In the paired bootstrap, why do we count $\delta (x^{(i)})\ge 2\delta (x)$ rather than $\delta (x^{(i)})\ge 0$?

The bootstrap samples are drawn from the original test set $x$, which is already biased by the observed $\delta (x)$ in favour of A. Under the null hypothesis, the expected $\delta$ is 0 — so the resampled distribution is centred on $\delta (x)$, not on 0. To ask “how surprising is the observed $\delta (x)$ under $H_0$?” we shift by $\delta (x)$: count how often $\delta (x^{(i)})-\delta (x)\ge \delta (x)$, i.e. $\delta (x^{(i)})\ge 2\delta (x)$. This correctly tests whether the effect size exceeds what sampling variation alone would produce under the null.

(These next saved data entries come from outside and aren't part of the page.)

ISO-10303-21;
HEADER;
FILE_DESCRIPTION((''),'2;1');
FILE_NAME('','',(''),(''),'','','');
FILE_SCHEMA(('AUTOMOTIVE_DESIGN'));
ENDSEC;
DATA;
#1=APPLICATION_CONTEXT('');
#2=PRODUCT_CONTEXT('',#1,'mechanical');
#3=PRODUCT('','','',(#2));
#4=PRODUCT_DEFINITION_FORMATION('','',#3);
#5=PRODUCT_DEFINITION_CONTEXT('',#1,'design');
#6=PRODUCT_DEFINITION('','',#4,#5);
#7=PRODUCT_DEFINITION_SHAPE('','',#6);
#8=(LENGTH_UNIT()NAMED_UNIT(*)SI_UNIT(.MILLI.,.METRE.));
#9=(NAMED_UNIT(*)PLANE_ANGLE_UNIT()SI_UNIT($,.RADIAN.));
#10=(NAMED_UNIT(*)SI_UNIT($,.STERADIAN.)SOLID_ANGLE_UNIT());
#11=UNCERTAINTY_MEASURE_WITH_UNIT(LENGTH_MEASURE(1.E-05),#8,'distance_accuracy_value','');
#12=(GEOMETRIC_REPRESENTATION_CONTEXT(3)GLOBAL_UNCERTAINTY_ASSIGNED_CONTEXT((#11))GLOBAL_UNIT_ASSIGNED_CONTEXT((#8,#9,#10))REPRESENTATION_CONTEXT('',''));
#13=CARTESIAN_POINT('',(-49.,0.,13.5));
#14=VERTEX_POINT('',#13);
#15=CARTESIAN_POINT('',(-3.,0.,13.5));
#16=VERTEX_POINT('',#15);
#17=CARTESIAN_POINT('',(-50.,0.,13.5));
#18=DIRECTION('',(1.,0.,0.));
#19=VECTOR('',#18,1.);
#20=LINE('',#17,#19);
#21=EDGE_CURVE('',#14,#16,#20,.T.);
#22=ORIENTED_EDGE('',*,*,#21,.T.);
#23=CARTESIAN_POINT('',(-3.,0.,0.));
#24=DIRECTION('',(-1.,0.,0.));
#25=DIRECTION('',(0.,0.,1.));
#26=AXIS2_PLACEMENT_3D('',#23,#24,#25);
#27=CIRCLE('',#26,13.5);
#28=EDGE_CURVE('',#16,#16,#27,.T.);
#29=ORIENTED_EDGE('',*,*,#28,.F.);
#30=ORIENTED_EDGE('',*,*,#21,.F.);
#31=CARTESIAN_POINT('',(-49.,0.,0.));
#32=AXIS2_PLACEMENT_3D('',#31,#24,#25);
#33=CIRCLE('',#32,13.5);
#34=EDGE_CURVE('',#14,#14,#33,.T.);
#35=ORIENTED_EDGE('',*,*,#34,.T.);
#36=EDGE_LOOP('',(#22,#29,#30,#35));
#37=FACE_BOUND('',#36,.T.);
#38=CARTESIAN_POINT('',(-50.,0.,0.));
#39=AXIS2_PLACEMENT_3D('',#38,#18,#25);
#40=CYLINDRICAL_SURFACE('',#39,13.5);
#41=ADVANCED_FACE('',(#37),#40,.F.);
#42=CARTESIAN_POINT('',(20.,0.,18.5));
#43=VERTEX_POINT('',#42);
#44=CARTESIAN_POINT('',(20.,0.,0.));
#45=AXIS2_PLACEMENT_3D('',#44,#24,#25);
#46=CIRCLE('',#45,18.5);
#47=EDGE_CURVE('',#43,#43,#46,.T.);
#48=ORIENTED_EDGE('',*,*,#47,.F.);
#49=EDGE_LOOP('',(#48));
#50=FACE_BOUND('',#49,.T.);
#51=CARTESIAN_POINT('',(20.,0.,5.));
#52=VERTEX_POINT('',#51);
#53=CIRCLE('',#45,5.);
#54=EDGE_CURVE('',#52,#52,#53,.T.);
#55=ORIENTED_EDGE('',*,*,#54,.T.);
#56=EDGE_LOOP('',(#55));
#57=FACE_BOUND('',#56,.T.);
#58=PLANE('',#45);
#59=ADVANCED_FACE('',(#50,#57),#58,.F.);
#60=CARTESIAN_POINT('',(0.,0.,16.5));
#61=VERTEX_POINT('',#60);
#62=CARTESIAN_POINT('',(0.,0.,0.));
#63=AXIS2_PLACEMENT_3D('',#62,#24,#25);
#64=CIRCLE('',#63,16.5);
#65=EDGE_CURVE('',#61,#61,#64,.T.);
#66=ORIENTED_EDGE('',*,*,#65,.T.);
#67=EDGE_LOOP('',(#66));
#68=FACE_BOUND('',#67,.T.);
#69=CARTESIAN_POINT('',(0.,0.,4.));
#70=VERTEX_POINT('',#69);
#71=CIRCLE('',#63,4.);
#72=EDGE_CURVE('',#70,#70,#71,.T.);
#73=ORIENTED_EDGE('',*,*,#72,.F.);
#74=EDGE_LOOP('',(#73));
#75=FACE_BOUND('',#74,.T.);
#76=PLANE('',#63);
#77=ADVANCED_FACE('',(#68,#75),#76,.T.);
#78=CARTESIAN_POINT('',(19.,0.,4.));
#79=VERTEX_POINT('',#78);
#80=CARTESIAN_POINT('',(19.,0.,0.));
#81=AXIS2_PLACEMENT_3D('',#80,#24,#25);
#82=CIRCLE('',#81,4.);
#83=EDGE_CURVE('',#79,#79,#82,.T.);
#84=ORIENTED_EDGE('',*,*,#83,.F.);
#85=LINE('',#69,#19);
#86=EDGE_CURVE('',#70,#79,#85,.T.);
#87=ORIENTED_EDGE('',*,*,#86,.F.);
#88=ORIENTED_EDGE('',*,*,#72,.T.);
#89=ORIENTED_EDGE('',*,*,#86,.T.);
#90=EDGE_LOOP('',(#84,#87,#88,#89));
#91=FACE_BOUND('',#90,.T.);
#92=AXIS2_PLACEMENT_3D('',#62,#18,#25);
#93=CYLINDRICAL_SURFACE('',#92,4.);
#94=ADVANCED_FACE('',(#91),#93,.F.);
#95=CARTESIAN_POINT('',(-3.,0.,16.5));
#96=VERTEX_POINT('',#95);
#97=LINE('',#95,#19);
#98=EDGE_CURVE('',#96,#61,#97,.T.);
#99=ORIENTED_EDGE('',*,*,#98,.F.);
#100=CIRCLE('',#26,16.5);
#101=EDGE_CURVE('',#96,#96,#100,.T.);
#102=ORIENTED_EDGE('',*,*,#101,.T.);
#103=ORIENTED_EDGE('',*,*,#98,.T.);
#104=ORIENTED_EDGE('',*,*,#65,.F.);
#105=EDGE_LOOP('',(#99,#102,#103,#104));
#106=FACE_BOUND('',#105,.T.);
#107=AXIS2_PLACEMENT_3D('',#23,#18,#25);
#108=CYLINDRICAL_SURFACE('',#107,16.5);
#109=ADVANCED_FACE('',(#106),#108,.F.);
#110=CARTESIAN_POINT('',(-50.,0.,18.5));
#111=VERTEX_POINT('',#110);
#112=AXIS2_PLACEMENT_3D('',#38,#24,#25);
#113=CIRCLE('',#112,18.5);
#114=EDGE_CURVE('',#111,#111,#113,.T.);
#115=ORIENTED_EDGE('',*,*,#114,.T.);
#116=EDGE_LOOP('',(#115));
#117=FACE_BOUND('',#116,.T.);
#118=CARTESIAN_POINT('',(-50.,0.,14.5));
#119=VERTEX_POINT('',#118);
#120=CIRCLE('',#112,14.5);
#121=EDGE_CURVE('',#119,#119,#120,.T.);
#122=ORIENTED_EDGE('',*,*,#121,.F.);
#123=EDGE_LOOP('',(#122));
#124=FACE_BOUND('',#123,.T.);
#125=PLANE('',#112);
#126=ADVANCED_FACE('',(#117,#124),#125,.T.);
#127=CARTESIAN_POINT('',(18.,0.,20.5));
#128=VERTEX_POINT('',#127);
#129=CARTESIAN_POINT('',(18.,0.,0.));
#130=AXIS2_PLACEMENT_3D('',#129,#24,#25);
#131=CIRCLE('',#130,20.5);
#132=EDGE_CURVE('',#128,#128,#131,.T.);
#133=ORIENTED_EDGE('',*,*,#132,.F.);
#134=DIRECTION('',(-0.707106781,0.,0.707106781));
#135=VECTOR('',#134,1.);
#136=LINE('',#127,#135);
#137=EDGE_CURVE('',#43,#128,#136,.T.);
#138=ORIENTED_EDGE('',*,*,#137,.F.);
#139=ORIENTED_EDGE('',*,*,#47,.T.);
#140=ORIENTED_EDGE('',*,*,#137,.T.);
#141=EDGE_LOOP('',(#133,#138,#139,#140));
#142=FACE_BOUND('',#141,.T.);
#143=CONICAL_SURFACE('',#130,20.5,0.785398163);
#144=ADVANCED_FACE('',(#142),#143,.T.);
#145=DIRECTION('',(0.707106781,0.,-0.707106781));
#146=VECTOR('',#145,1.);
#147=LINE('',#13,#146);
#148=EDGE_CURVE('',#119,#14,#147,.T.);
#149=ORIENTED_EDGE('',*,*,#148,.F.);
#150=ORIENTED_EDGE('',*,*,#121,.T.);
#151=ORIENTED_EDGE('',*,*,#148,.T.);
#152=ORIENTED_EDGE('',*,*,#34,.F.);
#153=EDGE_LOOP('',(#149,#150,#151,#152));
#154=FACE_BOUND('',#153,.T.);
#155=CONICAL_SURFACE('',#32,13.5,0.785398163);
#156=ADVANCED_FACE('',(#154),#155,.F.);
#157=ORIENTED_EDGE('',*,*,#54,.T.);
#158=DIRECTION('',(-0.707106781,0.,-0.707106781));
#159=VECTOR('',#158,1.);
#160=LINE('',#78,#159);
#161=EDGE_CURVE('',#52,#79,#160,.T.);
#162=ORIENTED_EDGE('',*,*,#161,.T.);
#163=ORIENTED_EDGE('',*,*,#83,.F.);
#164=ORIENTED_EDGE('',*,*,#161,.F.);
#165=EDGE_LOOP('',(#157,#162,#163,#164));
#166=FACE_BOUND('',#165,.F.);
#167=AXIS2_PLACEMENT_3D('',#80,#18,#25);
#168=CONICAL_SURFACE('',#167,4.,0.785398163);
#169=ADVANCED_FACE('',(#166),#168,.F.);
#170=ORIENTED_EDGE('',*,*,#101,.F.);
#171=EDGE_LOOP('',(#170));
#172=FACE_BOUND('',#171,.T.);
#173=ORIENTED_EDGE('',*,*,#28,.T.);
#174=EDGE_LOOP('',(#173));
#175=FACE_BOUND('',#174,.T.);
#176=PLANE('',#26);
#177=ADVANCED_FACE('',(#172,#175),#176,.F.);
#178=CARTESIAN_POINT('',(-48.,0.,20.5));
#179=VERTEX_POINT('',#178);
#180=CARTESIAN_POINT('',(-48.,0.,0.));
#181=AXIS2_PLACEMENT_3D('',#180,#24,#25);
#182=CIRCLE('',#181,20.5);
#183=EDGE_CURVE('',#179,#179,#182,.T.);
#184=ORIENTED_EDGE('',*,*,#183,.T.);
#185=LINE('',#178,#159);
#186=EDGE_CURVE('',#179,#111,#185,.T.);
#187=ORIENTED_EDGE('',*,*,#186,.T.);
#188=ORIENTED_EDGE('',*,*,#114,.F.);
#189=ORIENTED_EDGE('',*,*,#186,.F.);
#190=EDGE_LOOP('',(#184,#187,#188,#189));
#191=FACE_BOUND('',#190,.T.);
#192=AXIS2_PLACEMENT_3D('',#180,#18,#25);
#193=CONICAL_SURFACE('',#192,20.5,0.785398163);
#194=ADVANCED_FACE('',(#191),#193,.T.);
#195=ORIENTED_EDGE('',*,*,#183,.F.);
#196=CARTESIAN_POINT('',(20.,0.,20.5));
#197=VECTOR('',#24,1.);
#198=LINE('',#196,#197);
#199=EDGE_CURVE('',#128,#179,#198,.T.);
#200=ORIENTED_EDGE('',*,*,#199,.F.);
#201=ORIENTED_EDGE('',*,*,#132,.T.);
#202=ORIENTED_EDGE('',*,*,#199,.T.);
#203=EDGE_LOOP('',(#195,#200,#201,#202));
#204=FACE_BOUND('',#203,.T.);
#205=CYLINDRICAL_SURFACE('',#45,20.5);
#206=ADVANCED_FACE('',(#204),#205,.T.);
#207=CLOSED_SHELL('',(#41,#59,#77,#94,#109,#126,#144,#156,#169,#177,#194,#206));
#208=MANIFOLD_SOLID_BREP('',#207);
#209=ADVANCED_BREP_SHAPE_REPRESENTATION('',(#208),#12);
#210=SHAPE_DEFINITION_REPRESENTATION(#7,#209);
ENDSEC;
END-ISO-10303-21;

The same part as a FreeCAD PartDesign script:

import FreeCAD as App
import Part
import Sketcher
from FreeCAD import Vector


def edges_at(feature, points):
    """Names of the edges that pass closest to the given points."""
    edges = feature.Shape.Edges
    near = lambda p: min(range(len(edges)), key=lambda i: edges[i].distToShape(Part.Vertex(*p))[0])
    return sorted({f"Edge{near(p) + 1}" for p in points})

doc = App.newDocument("Part")
params = doc.addObject("Spreadsheet::Sheet", "Params")
for row, (alias, value) in enumerate([
    ("sketch1_width", "20 mm"),
    ("sketch1_width2", "70 mm"),
    ("sketch1_width3", "47 mm"),
    ("sketch1_height", "7 mm"),
    ("sketch1_height2", "16.5 mm"),
    ("revolution_angle", "360 deg"),
    ("chamfer_size", "2 mm"),
    ("chamfer2_size", "1 mm"),
], start=1):
    params.set(f"A{row}", alias)
    params.set(f"B{row}", "=" + value)
    params.setAlias(f"B{row}", alias)

body = doc.addObject("PartDesign::Body", "Body")

# Sketch on XZ plane
sketch1 = body.newObject("Sketcher::SketchObject", "Sketch")
sketch1.AttachmentSupport = (doc.getObject("XZ_Plane"), [""])
sketch1.MapMode = "FlatFace"
sketch1.addGeometry([
    Part.LineSegment(Vector(0, 4, 0), Vector(20, 4, 0)),  # 0
    Part.LineSegment(Vector(20, 4, 0), Vector(20, 20.5, 0)),  # 1
    Part.LineSegment(Vector(20, 20.5, 0), Vector(-50, 20.5, 0)),  # 2
    Part.LineSegment(Vector(-50, 20.5, 0), Vector(-50, 13.5, 0)),  # 3
    Part.LineSegment(Vector(-50, 13.5, 0), Vector(-3, 13.5, 0)),  # 4
    Part.LineSegment(Vector(-3, 13.5, 0), Vector(-3, 16.5, 0)),  # 5
    Part.LineSegment(Vector(-3, 16.5, 0), Vector(0, 16.5, 0)),  # 6
    Part.LineSegment(Vector(0, 16.5, 0), Vector(0, 4, 0)),  # 7
], False)
sketch1.addConstraint([
    Sketcher.Constraint("Coincident", 0, 2, 1, 1),
    Sketcher.Constraint("Coincident", 1, 2, 2, 1),
    Sketcher.Constraint("Coincident", 2, 2, 3, 1),
    Sketcher.Constraint("Coincident", 3, 2, 4, 1),
    Sketcher.Constraint("Coincident", 4, 2, 5, 1),
    Sketcher.Constraint("Coincident", 5, 2, 6, 1),
    Sketcher.Constraint("Coincident", 6, 2, 7, 1),
    Sketcher.Constraint("Coincident", 7, 2, 0, 1),
    Sketcher.Constraint("Horizontal", 0),
    Sketcher.Constraint("Vertical", 1),
    Sketcher.Constraint("Horizontal", 2),
    Sketcher.Constraint("Vertical", 3),
    Sketcher.Constraint("Horizontal", 4),
    Sketcher.Constraint("Vertical", 5),
    Sketcher.Constraint("Horizontal", 6),
    Sketcher.Constraint("Vertical", 7),
    Sketcher.Constraint("PointOnObject", 6, 2, -2),
    Sketcher.Constraint("Equal", 6, 5),
    Sketcher.Constraint("DistanceX", 0, 1, 0, 2, 20.0),
    Sketcher.Constraint("DistanceX", 2, 2, 2, 1, 70.0),
    Sketcher.Constraint("DistanceX", 4, 1, 4, 2, 47.0),
    Sketcher.Constraint("DistanceY", 3, 2, 3, 1, 7.0),
    Sketcher.Constraint("DistanceY", 1, 1, 1, 2, 16.5),
    Sketcher.Constraint("DistanceY", -1, 1, 0, 2, 4.0),
])
sketch1.setExpression("Constraints[18]", "Params.sketch1_width")
sketch1.setExpression("Constraints[19]", "Params.sketch1_width2")
sketch1.setExpression("Constraints[20]", "Params.sketch1_width3")
sketch1.setExpression("Constraints[21]", "Params.sketch1_height")
sketch1.setExpression("Constraints[22]", "Params.sketch1_height2")
revolution = body.newObject("PartDesign::Revolution", "Revolution")
revolution.Profile = sketch1
revolution.ReferenceAxis = (sketch1, ["H_Axis"])
revolution.setExpression("Angle", "Params.revolution_angle")
doc.recompute()

chamfer = body.newObject("PartDesign::Chamfer", "Chamfer")
chamfer.Base = (revolution, edges_at(revolution, [(-50, 0, -20.5), (20, 0, -20.5)]))
chamfer.setExpression("Size", "Params.chamfer_size")
doc.recompute()

chamfer2 = body.newObject("PartDesign::Chamfer", "Chamfer001")
chamfer2.Base = (chamfer, edges_at(chamfer, [(-50, 0, -13.5), (20, 0, -4)]))
chamfer2.setExpression("Size", "Params.chamfer2_size")

doc.recompute()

Why are paired tests more powerful than unpaired tests for comparing classifiers?

Paired means each test item is evaluated by both classifiers, and we compare them item-by-item. This removes per-item variance — some test items are intrinsically easier, others harder — from the comparison. Unpaired tests compare aggregate scores on two independent samples and have to account for that per-item variance as noise, reducing statistical power. Since in classifier comparison we always run both systems on the same test set, pairing is free and strictly more informative.